Collected data entries

******

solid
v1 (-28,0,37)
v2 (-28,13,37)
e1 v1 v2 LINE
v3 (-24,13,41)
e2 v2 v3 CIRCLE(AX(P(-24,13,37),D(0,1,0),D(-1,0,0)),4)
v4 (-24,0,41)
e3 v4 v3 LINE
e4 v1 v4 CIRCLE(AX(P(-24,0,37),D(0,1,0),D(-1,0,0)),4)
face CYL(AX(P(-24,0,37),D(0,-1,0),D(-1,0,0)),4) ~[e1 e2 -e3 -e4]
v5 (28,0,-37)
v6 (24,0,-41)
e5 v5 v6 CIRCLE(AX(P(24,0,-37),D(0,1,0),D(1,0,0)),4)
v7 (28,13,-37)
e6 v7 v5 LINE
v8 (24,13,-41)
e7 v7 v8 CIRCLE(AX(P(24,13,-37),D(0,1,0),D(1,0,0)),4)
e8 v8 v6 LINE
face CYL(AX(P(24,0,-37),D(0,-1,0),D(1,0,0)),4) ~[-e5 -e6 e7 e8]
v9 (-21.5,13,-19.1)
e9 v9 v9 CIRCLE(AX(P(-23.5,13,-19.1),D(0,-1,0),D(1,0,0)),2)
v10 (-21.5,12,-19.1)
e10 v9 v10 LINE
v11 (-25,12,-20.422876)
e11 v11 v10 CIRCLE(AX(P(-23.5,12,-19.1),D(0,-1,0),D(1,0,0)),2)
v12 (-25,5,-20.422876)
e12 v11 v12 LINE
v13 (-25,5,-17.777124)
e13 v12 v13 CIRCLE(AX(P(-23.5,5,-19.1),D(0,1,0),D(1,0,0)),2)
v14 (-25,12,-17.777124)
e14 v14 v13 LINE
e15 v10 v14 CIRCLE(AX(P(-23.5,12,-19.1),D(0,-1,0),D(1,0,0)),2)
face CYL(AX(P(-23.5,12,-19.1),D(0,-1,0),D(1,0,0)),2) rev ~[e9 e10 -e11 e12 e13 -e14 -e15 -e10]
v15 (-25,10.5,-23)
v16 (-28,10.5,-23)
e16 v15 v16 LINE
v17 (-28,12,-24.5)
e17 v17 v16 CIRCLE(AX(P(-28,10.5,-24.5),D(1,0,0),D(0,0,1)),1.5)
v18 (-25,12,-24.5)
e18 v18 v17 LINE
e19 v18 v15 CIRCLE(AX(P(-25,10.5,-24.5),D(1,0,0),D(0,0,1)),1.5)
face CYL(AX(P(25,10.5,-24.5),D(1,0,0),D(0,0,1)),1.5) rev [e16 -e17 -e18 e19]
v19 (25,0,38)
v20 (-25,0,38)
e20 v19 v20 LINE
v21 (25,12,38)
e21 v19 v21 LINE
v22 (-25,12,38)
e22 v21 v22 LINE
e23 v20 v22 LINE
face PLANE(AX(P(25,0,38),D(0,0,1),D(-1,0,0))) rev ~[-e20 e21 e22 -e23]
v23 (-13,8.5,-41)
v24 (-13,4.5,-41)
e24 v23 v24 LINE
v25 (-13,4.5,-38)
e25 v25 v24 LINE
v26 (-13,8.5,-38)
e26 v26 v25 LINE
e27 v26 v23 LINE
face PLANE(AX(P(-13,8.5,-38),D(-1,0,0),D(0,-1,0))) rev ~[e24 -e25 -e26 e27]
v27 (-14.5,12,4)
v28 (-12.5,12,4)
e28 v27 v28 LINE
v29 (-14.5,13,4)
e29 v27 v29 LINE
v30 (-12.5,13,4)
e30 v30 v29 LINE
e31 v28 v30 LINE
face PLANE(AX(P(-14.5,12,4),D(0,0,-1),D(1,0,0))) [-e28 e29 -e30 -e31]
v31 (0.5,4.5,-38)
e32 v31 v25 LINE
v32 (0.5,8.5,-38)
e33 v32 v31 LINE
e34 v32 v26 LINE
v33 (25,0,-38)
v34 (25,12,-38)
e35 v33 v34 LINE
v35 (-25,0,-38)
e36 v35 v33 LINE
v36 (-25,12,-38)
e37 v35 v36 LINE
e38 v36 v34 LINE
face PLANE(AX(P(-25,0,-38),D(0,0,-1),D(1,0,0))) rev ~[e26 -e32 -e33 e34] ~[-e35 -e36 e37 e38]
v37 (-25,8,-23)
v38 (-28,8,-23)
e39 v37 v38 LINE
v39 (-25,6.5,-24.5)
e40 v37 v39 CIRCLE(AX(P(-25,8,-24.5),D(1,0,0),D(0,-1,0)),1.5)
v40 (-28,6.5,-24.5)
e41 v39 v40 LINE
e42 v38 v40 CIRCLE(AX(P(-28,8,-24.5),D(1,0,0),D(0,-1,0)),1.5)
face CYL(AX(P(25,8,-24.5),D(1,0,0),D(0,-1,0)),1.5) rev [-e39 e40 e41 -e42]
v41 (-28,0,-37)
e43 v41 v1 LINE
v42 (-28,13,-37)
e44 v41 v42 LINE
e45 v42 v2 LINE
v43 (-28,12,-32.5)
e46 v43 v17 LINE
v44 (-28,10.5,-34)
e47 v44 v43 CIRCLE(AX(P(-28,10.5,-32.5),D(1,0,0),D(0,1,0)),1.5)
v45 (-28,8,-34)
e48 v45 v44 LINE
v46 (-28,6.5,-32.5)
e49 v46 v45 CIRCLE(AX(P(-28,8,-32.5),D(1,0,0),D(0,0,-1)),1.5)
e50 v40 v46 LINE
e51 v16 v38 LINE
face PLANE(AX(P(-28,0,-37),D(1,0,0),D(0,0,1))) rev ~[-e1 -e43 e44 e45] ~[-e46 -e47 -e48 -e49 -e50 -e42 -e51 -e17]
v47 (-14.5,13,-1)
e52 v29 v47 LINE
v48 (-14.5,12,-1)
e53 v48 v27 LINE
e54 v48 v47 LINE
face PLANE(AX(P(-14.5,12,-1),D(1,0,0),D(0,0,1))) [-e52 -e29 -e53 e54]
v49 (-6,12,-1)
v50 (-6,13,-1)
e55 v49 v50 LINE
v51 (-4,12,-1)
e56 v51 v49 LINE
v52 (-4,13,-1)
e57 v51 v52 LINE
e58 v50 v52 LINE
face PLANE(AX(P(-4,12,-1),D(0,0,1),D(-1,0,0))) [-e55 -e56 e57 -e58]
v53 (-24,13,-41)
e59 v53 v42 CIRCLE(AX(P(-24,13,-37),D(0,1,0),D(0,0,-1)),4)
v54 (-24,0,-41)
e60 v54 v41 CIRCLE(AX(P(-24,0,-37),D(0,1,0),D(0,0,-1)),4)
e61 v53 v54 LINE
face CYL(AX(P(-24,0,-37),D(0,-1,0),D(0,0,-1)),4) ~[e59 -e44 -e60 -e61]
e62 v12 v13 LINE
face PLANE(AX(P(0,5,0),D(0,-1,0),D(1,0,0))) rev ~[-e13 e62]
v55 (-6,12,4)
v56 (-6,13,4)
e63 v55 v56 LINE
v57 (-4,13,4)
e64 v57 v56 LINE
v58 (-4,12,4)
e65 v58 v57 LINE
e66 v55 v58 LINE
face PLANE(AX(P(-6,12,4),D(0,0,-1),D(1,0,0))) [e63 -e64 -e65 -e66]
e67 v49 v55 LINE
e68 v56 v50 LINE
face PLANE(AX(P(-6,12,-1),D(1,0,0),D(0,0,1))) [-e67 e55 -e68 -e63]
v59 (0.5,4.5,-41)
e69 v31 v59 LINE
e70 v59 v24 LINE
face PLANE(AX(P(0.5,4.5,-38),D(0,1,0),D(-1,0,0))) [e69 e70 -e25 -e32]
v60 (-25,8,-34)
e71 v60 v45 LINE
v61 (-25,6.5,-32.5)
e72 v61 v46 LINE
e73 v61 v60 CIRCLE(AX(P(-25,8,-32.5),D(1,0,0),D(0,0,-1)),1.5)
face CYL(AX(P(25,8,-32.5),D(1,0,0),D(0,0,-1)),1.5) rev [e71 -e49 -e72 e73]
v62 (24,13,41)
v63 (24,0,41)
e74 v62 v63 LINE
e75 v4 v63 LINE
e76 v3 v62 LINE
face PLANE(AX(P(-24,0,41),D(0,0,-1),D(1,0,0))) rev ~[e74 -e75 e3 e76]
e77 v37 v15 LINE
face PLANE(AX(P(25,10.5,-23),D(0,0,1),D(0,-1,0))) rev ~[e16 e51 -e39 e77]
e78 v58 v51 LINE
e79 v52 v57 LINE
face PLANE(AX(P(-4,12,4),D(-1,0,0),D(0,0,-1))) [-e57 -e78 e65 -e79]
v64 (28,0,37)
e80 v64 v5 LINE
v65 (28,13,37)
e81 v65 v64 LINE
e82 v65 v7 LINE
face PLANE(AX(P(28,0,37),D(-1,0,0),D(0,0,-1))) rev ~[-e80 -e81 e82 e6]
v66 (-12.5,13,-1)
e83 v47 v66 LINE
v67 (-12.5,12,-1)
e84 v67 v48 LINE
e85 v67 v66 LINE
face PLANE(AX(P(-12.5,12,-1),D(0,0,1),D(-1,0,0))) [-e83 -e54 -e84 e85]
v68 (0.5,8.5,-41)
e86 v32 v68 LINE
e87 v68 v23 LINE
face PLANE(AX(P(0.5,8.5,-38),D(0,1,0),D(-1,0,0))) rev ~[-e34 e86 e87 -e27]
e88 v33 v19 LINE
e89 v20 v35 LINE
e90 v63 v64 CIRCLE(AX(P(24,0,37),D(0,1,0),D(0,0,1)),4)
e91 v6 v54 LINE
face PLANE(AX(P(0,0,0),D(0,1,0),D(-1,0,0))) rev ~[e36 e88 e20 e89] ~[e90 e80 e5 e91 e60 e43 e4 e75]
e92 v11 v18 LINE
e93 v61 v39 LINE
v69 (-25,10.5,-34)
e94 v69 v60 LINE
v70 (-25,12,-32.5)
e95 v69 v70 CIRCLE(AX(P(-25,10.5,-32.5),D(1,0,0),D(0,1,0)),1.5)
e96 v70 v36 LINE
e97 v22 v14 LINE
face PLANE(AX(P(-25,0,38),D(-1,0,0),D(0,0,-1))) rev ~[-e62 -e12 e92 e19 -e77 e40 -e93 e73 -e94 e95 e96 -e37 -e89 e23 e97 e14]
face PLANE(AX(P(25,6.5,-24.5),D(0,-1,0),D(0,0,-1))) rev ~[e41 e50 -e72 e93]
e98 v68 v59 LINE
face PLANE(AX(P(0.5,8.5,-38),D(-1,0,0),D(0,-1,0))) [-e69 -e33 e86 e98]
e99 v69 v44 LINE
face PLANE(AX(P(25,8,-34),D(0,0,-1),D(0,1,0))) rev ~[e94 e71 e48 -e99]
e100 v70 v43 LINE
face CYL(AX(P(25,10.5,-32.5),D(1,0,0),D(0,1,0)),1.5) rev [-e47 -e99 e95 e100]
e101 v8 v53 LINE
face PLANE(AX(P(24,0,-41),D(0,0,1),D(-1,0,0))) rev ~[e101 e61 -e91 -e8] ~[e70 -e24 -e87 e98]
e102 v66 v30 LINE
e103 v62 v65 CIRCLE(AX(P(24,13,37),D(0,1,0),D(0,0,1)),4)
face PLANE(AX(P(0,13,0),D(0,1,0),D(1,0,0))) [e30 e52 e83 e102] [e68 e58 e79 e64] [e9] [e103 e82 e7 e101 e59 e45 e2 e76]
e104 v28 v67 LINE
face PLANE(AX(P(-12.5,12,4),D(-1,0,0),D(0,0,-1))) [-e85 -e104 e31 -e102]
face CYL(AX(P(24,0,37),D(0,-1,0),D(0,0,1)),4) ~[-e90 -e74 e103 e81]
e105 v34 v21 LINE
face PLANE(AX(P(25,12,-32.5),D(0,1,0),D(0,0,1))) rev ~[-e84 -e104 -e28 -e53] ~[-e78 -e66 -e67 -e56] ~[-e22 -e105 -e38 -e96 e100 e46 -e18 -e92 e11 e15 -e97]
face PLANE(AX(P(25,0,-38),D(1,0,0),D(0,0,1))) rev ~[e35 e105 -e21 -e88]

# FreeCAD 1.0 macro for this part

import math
import FreeCAD as App
import Part
import Sketcher
from FreeCAD import Vector
Q = App.Units.Quantity


def add_polygon(sketch, points):
    """Adds a closed chain of lines whose ends are joined by coincident constraints."""
    first, n = sketch.GeometryCount, len(points)
    for a, b in zip(points, points[1:] + points[:1]):
        sketch.addGeometry(Part.LineSegment(App.Vector(*a, 0), App.Vector(*b, 0)), False)
    for i in range(n):
        sketch.addConstraint(Sketcher.Constraint("Coincident", first + i, 2, first + (i + 1) % n, 1))

doc = App.newDocument("Part")
params = doc.addObject("Spreadsheet::Sheet", "Params")
for row, (alias, value) in enumerate([
    ("sketch1_radius", "4 mm"),
    ("sketch1_width", "50 mm"),
    ("sketch1_height", "76 mm"),
    ("pad1_length", "12 mm"),
    ("sketch2_radius", "4 mm"),
    ("sketch2_width", "48 mm"),
    ("sketch2_height", "74 mm"),
    ("pad2_length", "1 mm"),
    ("sketch3_radius", "1.5 mm"),
    ("sketch3_height", "8 mm"),
    ("sketch4_width", "13.5 mm"),
    ("sketch4_height", "4 mm"),
    ("pocket2_length", "10 mm"),
    ("sketch5_diameter", "4 mm"),
    ("pocket3_length", "14 mm"),
    ("sketch6_width", "2 mm"),
    ("sketch6_height", "5 mm"),
    ("pocket4_length", "14 mm"),
], start=1):
    params.set(f"A{row}", alias)
    params.set(f"B{row}", "=" + value)
    params.setAlias(f"B{row}", alias)

body = doc.addObject("PartDesign::Body", "Body")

******

Task directions -
Beginning at the line above that contains "v3 (-24,13,41)", return each line exactly through the line that contains "v6 (24,0,-41)", and no others.

Solution for this problem -
v3 (-24,13,41)
e2 v2 v3 CIRCLE(AX(P(-24,13,37),D(0,1,0),D(-1,0,0)),4)
v4 (-24,0,41)
e3 v4 v3 LINE
e4 v1 v4 CIRCLE(AX(P(-24,0,37),D(0,1,0),D(-1,0,0)),4)
face CYL(AX(P(-24,0,37),D(0,-1,0),D(-1,0,0)),4) ~[e1 e2 -e3 -e4]
v5 (28,0,-37)
v6 (24,0,-41)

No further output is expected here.